MONTENEGRO
DESCRIZIONE TERRITORIO

Il Montenegro

 Dove la natura sorprende

Montagne selvagge puntellate di laghi idilliaci e fiumi incontaminati, canyon mozzafiato e verdi pascoli, mare cristallino e spiagge esotiche: il Montenegro è un caleidoscopio di colori.
Il paese è da sempre un crocevia tra due grandi civiltà (Occidentale ed Orientale) e tre importanti religioni (Cattolica, Ortodossa, Islamica): una mescolanza di popoli e culture che ha lasciato tracce in ogni aspetto della cultura montenegrina, dalle tradizioni alla cucina all’arte. Mentalità e abitudini antiche sono ancora radicate soprattutto nell’entroterra, in cui importanti monasteri, moschee e siti archeologici puntellano le montagne e non smettono mai di sorprendere il visitatore, mentre lungo il litorale, da sempre coinvolto nei commerci mediterranei, si respira l’influenza europea grazie alle antiche cittadine in cui il tempo sembra essersi fermato.
Maestose montagne carsiche separano le calde spiagge con clima mediterraneo, in cui i mille colori della vegetazione rigogliosa si riflettono nell’azzurro cristallino del mare, dall’interno della regione, più freddo e continentale, in cui si trova anche il Lago Skadar (Scutari), il più grande dei Balcani.

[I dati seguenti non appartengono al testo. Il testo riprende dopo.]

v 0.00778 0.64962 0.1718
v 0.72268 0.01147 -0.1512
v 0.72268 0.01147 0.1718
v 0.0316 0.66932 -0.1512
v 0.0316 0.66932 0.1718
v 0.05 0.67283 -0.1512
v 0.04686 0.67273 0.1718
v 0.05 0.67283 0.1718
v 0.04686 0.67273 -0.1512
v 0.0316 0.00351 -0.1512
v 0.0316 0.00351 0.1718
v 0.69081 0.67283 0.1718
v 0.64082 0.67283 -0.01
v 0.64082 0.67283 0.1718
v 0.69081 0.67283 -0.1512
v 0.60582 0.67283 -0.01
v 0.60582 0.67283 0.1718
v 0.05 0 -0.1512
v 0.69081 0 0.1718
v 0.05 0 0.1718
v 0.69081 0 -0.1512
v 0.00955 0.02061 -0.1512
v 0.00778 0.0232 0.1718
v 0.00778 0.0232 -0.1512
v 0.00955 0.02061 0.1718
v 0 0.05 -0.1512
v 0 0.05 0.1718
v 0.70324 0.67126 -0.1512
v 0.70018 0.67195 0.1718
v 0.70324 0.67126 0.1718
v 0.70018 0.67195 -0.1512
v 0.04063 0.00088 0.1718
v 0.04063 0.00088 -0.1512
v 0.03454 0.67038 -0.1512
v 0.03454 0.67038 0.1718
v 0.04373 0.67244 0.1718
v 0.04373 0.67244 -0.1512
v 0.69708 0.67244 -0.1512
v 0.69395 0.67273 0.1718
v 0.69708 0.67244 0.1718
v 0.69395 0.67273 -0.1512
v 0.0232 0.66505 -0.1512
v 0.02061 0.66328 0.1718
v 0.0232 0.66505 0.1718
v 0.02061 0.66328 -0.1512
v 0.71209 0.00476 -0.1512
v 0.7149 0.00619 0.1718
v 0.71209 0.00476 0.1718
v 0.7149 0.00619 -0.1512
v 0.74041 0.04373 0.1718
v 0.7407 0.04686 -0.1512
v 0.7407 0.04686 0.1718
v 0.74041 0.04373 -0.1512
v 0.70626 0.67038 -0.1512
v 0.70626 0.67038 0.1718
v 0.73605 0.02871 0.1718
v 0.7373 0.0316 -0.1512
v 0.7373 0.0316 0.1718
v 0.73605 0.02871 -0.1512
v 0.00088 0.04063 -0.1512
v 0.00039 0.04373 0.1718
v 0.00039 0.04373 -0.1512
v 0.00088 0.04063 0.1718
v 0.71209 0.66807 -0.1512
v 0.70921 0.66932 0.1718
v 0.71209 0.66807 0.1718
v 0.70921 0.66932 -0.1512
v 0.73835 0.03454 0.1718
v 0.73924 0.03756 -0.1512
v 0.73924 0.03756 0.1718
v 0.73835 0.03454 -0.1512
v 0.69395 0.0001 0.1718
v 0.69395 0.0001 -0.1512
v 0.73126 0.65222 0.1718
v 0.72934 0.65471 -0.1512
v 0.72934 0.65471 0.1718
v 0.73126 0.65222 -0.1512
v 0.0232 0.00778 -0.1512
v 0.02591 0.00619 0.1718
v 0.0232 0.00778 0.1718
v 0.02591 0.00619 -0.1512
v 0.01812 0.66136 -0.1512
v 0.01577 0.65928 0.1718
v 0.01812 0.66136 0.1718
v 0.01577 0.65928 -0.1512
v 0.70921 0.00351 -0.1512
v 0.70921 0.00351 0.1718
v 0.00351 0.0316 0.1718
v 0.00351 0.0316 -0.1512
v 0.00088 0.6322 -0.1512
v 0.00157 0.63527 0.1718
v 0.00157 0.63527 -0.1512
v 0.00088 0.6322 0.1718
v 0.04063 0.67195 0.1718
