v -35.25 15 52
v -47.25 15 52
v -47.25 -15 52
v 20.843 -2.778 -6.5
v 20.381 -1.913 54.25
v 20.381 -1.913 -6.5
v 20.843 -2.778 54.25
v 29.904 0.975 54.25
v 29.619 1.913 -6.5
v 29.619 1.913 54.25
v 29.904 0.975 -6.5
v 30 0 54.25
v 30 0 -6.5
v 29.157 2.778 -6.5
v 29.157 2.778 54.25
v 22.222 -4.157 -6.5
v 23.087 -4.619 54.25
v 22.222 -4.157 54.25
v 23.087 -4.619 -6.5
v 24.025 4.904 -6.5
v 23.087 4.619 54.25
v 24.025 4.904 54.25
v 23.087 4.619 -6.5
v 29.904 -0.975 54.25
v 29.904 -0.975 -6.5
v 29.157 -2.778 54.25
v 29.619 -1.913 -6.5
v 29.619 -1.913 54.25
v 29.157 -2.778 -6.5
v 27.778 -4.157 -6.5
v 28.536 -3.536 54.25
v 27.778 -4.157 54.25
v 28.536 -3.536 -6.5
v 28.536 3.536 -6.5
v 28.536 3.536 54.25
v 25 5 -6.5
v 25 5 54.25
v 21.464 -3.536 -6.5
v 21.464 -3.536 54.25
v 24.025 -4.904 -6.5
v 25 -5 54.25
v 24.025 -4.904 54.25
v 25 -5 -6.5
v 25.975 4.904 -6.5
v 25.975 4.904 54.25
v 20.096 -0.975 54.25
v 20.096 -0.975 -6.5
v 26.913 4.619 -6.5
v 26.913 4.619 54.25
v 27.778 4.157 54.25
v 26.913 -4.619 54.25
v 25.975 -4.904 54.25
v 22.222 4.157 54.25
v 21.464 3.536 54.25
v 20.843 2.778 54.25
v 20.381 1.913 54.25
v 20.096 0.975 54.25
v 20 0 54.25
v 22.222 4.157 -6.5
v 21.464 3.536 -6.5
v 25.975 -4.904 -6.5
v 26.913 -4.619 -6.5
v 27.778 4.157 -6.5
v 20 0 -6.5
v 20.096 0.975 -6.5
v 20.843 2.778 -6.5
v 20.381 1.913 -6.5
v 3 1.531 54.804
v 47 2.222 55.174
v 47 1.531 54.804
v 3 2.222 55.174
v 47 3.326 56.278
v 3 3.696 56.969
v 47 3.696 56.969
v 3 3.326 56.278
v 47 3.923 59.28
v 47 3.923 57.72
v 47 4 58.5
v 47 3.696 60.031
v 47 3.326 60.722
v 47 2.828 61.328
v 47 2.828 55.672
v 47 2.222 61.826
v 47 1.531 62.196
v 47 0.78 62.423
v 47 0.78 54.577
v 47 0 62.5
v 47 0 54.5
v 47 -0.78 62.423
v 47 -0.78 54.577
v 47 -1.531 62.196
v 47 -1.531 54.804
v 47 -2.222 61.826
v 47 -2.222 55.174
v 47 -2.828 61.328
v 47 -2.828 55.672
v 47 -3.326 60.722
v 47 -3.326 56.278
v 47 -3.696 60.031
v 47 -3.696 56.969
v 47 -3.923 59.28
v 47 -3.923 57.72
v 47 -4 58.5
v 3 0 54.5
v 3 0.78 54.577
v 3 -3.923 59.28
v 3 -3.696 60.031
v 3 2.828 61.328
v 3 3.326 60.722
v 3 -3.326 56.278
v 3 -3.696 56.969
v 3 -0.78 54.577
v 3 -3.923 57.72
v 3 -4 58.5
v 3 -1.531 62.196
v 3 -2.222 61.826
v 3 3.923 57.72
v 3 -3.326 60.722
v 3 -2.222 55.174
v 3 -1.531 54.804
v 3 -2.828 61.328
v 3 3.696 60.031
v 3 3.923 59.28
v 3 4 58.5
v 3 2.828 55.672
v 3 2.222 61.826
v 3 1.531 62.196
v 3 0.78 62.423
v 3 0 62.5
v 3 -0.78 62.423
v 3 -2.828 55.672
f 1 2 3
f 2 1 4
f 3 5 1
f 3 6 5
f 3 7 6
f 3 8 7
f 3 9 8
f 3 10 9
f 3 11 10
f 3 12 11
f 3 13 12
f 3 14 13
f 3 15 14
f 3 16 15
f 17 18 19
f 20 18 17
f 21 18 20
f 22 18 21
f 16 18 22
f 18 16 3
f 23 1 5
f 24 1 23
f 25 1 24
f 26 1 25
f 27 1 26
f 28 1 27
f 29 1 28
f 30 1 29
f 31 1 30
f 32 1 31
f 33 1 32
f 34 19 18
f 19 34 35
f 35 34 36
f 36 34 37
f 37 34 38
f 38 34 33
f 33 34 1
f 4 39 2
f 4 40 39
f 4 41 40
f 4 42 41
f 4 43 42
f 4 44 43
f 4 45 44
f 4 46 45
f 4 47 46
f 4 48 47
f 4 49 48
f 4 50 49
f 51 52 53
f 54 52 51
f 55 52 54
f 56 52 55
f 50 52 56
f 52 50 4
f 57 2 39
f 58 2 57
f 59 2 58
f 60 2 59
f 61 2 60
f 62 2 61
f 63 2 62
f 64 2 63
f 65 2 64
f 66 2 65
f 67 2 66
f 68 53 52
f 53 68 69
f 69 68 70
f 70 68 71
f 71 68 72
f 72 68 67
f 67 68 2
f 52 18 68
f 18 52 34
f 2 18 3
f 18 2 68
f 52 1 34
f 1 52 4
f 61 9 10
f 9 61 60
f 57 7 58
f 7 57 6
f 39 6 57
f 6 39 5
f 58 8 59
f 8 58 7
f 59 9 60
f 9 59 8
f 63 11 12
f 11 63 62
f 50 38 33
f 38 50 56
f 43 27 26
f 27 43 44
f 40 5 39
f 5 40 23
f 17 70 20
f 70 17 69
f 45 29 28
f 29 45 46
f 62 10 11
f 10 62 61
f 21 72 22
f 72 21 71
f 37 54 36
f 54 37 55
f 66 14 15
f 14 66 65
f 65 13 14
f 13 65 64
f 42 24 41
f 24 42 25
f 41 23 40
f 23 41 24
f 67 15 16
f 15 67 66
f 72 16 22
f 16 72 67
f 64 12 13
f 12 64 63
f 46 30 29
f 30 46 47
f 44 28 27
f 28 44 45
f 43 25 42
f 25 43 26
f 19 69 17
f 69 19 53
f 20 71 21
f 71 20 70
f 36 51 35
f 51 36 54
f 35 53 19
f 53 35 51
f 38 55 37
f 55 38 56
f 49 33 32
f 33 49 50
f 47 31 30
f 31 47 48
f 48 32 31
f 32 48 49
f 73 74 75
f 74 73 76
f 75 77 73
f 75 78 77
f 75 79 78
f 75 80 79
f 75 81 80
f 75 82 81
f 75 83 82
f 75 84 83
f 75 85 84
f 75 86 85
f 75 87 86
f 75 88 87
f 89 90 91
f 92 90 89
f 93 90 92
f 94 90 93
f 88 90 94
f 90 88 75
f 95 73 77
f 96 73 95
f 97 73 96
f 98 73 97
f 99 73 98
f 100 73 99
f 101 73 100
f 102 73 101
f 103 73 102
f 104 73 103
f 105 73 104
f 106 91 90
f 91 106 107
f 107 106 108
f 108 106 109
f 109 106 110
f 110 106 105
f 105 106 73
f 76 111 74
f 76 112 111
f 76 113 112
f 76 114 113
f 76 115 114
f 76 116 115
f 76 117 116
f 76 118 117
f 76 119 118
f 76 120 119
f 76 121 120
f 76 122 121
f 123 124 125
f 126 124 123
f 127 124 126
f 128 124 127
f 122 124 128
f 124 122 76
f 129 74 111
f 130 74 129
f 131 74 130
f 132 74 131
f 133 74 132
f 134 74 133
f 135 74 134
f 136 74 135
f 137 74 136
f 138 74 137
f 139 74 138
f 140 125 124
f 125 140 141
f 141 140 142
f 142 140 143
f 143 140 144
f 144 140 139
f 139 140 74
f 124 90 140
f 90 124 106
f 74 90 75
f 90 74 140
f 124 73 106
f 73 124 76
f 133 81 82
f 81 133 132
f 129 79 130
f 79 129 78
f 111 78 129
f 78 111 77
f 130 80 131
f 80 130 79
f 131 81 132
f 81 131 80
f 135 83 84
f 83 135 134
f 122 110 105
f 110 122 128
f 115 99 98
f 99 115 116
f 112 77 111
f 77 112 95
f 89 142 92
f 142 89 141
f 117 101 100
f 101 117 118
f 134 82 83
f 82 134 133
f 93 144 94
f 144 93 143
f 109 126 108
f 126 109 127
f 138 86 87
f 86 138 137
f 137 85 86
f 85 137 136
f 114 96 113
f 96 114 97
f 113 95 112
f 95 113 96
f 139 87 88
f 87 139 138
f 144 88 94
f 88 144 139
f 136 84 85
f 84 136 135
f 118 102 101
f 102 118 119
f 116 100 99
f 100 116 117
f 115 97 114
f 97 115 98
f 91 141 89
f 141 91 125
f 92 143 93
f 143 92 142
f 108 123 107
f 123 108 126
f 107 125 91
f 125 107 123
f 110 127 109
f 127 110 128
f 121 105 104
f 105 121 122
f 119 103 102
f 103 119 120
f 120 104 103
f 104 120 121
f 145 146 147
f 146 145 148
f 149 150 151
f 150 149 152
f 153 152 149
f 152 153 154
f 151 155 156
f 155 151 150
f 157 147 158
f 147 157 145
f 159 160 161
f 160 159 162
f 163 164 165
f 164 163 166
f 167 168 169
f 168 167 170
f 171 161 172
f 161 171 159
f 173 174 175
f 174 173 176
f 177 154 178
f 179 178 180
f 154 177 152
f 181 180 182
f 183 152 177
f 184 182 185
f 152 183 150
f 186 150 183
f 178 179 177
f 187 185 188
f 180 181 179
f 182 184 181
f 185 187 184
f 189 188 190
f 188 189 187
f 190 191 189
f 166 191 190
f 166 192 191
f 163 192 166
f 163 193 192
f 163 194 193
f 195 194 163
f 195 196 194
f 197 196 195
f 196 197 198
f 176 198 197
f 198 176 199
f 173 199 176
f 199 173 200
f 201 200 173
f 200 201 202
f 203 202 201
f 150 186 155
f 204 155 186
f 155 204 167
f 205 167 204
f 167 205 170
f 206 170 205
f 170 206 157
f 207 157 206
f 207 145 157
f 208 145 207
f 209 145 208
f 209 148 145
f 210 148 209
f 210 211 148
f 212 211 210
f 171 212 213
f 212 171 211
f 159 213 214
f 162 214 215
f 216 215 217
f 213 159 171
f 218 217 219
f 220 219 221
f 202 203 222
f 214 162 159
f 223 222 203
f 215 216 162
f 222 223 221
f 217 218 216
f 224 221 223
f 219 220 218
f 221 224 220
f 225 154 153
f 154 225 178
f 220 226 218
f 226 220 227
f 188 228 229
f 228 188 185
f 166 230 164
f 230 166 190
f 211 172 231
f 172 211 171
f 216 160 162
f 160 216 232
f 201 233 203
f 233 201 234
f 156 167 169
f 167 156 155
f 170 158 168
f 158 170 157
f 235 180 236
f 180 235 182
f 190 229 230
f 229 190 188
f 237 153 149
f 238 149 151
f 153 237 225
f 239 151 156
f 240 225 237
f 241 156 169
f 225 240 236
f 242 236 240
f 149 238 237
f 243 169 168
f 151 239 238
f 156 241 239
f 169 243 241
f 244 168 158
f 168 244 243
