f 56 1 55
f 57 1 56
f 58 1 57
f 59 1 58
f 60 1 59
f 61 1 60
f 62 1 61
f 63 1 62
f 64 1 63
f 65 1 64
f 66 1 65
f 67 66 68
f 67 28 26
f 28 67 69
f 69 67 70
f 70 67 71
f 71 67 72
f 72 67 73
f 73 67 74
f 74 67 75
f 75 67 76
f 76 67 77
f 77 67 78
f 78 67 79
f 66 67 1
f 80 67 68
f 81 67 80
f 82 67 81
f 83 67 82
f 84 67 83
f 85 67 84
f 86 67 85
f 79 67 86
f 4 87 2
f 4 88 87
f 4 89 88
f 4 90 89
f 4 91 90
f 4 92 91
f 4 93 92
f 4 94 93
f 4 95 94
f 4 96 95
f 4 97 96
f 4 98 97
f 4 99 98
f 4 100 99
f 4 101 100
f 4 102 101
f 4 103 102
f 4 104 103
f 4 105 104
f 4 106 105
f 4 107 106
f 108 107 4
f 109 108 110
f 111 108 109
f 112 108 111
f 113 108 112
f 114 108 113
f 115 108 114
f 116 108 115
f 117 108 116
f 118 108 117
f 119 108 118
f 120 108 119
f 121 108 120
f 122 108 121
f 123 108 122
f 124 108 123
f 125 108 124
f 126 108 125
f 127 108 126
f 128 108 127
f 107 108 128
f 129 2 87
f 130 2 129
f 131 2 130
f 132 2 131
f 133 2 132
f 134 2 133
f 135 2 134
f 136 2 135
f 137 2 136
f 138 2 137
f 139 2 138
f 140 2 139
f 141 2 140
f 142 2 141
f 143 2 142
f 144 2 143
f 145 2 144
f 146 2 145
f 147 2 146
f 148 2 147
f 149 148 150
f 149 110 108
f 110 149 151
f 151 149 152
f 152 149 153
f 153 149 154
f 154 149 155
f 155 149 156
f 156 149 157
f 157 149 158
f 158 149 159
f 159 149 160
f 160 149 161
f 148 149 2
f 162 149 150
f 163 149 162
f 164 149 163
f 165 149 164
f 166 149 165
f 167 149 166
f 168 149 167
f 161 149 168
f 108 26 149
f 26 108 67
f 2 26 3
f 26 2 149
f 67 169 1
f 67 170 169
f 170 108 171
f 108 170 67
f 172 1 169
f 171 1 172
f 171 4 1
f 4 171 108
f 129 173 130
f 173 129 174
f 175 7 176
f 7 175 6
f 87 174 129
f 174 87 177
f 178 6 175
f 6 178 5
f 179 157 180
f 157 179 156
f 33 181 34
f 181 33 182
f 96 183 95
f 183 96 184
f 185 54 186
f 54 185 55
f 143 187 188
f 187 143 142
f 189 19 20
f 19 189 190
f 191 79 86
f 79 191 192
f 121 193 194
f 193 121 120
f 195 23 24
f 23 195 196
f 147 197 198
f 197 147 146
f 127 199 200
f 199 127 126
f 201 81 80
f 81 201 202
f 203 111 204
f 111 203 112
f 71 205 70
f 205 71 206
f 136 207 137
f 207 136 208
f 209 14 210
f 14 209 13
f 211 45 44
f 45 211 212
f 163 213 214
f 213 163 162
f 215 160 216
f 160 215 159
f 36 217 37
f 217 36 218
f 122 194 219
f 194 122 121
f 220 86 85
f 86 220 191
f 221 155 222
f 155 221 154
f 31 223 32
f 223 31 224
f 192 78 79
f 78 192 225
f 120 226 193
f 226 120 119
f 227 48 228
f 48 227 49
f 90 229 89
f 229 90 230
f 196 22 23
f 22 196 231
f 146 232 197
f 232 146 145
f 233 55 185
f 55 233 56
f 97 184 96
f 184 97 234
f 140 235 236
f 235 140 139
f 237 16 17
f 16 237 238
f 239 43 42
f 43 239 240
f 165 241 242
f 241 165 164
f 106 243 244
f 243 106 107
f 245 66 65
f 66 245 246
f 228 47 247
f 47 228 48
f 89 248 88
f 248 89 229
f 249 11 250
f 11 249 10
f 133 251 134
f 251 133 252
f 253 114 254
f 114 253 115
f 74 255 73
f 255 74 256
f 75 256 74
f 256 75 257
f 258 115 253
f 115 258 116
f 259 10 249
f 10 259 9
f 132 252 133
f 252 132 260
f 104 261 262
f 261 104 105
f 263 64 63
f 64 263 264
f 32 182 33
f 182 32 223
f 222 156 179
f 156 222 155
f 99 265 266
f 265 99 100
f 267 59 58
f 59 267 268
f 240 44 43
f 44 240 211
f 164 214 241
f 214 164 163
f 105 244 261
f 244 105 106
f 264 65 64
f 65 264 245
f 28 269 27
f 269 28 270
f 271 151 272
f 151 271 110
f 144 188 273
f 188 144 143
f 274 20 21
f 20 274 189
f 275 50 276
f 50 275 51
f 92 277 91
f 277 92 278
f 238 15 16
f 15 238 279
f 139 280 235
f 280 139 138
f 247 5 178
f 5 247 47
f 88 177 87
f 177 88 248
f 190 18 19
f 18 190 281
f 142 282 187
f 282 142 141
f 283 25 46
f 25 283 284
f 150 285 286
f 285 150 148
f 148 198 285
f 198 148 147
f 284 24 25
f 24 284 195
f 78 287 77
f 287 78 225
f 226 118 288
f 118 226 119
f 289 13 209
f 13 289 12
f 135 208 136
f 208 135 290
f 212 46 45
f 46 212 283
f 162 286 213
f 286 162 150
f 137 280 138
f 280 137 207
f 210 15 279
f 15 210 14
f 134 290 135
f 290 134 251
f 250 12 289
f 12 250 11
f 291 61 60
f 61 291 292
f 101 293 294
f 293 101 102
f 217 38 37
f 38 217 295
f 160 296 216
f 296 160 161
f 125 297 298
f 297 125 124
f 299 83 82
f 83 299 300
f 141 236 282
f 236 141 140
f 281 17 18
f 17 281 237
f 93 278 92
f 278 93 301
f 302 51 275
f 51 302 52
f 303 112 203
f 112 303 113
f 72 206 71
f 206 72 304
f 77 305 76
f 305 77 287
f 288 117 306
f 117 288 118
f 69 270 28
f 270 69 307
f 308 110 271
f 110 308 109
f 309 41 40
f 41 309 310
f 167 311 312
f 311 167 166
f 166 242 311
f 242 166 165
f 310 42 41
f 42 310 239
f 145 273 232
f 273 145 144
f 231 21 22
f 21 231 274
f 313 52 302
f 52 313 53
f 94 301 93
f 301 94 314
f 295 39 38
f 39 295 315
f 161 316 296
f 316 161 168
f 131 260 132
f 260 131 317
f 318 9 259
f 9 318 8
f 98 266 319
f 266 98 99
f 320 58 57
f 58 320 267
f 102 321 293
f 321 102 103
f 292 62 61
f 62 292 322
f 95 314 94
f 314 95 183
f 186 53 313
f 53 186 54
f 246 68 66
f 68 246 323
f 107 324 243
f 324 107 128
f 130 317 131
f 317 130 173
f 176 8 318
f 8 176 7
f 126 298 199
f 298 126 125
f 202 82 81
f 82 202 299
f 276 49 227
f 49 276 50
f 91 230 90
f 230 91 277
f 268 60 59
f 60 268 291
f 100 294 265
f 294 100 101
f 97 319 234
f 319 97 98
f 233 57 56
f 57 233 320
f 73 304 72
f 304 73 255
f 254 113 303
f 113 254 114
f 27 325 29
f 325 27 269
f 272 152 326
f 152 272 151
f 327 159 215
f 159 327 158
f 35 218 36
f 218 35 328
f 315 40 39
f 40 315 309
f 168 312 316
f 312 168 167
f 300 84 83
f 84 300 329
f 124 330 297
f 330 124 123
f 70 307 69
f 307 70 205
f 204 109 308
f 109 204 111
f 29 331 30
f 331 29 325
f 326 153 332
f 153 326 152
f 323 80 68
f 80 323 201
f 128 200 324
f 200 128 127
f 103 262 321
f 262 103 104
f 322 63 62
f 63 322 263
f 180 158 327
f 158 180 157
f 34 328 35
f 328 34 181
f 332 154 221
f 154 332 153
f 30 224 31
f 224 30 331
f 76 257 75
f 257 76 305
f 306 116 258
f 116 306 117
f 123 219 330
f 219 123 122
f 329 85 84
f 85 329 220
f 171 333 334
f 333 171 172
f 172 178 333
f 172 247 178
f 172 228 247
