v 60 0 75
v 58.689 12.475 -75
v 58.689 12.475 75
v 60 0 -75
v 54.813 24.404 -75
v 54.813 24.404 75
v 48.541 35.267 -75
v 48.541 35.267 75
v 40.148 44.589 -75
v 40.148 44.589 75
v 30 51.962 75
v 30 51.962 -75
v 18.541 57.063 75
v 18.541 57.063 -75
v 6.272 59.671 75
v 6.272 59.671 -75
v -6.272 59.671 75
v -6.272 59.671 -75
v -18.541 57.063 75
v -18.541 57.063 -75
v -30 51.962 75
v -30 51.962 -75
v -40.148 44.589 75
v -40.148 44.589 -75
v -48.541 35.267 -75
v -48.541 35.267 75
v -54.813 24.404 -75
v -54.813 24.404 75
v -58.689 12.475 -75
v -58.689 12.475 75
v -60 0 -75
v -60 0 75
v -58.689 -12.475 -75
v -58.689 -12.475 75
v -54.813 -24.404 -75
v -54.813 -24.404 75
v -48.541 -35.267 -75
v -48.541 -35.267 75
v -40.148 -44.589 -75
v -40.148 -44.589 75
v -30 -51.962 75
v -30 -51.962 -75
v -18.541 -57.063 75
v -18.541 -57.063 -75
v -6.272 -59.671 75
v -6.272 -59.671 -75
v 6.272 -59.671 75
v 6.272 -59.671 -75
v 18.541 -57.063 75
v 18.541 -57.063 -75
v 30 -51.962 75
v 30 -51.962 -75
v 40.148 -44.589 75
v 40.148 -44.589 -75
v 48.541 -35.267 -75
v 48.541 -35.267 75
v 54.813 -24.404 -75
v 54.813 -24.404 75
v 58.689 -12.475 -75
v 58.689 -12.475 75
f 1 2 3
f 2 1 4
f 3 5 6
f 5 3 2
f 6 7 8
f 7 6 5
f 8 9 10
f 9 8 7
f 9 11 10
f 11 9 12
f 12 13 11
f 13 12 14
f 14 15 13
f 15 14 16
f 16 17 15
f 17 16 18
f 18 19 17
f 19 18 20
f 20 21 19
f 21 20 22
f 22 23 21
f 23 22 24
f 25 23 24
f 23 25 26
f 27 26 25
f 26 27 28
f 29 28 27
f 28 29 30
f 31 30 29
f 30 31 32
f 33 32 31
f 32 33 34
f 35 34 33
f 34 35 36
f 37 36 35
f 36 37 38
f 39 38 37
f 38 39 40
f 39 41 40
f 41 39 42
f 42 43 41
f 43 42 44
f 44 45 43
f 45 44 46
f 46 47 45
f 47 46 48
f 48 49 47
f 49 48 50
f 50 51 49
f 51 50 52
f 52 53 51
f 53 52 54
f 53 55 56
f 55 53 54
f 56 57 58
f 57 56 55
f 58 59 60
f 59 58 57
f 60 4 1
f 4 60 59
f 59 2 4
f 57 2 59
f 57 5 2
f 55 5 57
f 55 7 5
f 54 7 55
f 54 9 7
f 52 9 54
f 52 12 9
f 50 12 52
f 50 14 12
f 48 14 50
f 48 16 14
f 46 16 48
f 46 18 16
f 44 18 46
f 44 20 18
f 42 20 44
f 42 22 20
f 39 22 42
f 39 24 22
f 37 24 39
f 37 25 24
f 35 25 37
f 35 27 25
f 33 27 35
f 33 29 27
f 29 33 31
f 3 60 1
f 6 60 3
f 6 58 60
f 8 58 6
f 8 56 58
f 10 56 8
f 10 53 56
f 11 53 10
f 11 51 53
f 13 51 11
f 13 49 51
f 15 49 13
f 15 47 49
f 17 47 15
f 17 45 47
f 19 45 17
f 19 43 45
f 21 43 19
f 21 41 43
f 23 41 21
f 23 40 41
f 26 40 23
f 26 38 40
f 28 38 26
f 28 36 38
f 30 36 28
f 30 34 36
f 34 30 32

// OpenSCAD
module centered_cylinder() {
    // $B1_Cl$NCf1{$r86E@$KG[CV(B
    translate([0, 0, -75])
        cylinder(h=150, r=60);
}

// $BA4BN$N7A>u$rIA2h(B
centered_cylinder();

Il nome Montenegro stesso suggerisce la peculiare conformazione del territorio, prevalentemente montagnoso e ricoperto per il 50% da verdi foreste, e proprio la natura rigogliosa e dirompente del paese gli è valsa già nel 1991 il riconoscimento di primo stato ecologico al mondo. Un patrimonio naturale oggi salvaguardato da ben 4 parchi nazionali, di cui uno, il Parco di Durmitor, è stato dichiarato dall’Unesco Patrimonio Mondiale dell’Umanità. Proprio sul Durmitor si concentra inoltre una enorme diversità di specie animali e vegetali che lo rendono importantissimo dal punto di vista ambientale, così come luogo ideale per la pesca e gli sport all’aria aperta sia in estate che in inverno. E non dimentichiamo che il Durmitor nasconde una sorpresa: il canyon mozzafiato del fiume Tara (1300m), il secondo più profondo al mondo dopo quello del Colorado.
La bellezza inusuale del Montenegro, data da questo peculiare connubio di natura ed arte, si esprime anche nel fascino di antichi borghi costieri in cui più che altrove è penetrata la cultura europea. Tra questi, Kotor: città dichiarata Patrimonio Mondiale dell’Umanità dall’Unesco, famosa per essere collocata sul fiordo più a sud d’Europa.
Un paese da sempre aperto ai commerci non è ovviamente chiuso alla modernità: ecco che l’antica Cetinje, oggi città-museo, e Podgorica, la capitale del Montenegro, colpiscono per la loro atmosfera vivace e aperta tipica delle città europee di oggi, in cui vecchio e nuovo convivono e dimostrano la calorosa ospitalità della tradizione.
Anche il Montenegro, dunque, vive oggi una nuova stagione di rinascita che lo rende sicuramente una delle nazioni europee più interessanti, in cui rilassarsi al sole o lasciarsi travolgere dalla bellezza della natura, in cui tradizioni e luoghi antichi uniti ad istanze prettamente contemporanee fanno riflettere sul passato, sull’oggi e sul domani. Un paese in cui lasciarsi accogliere e coccolare dal calore tipico dell'ospitalità balcanica.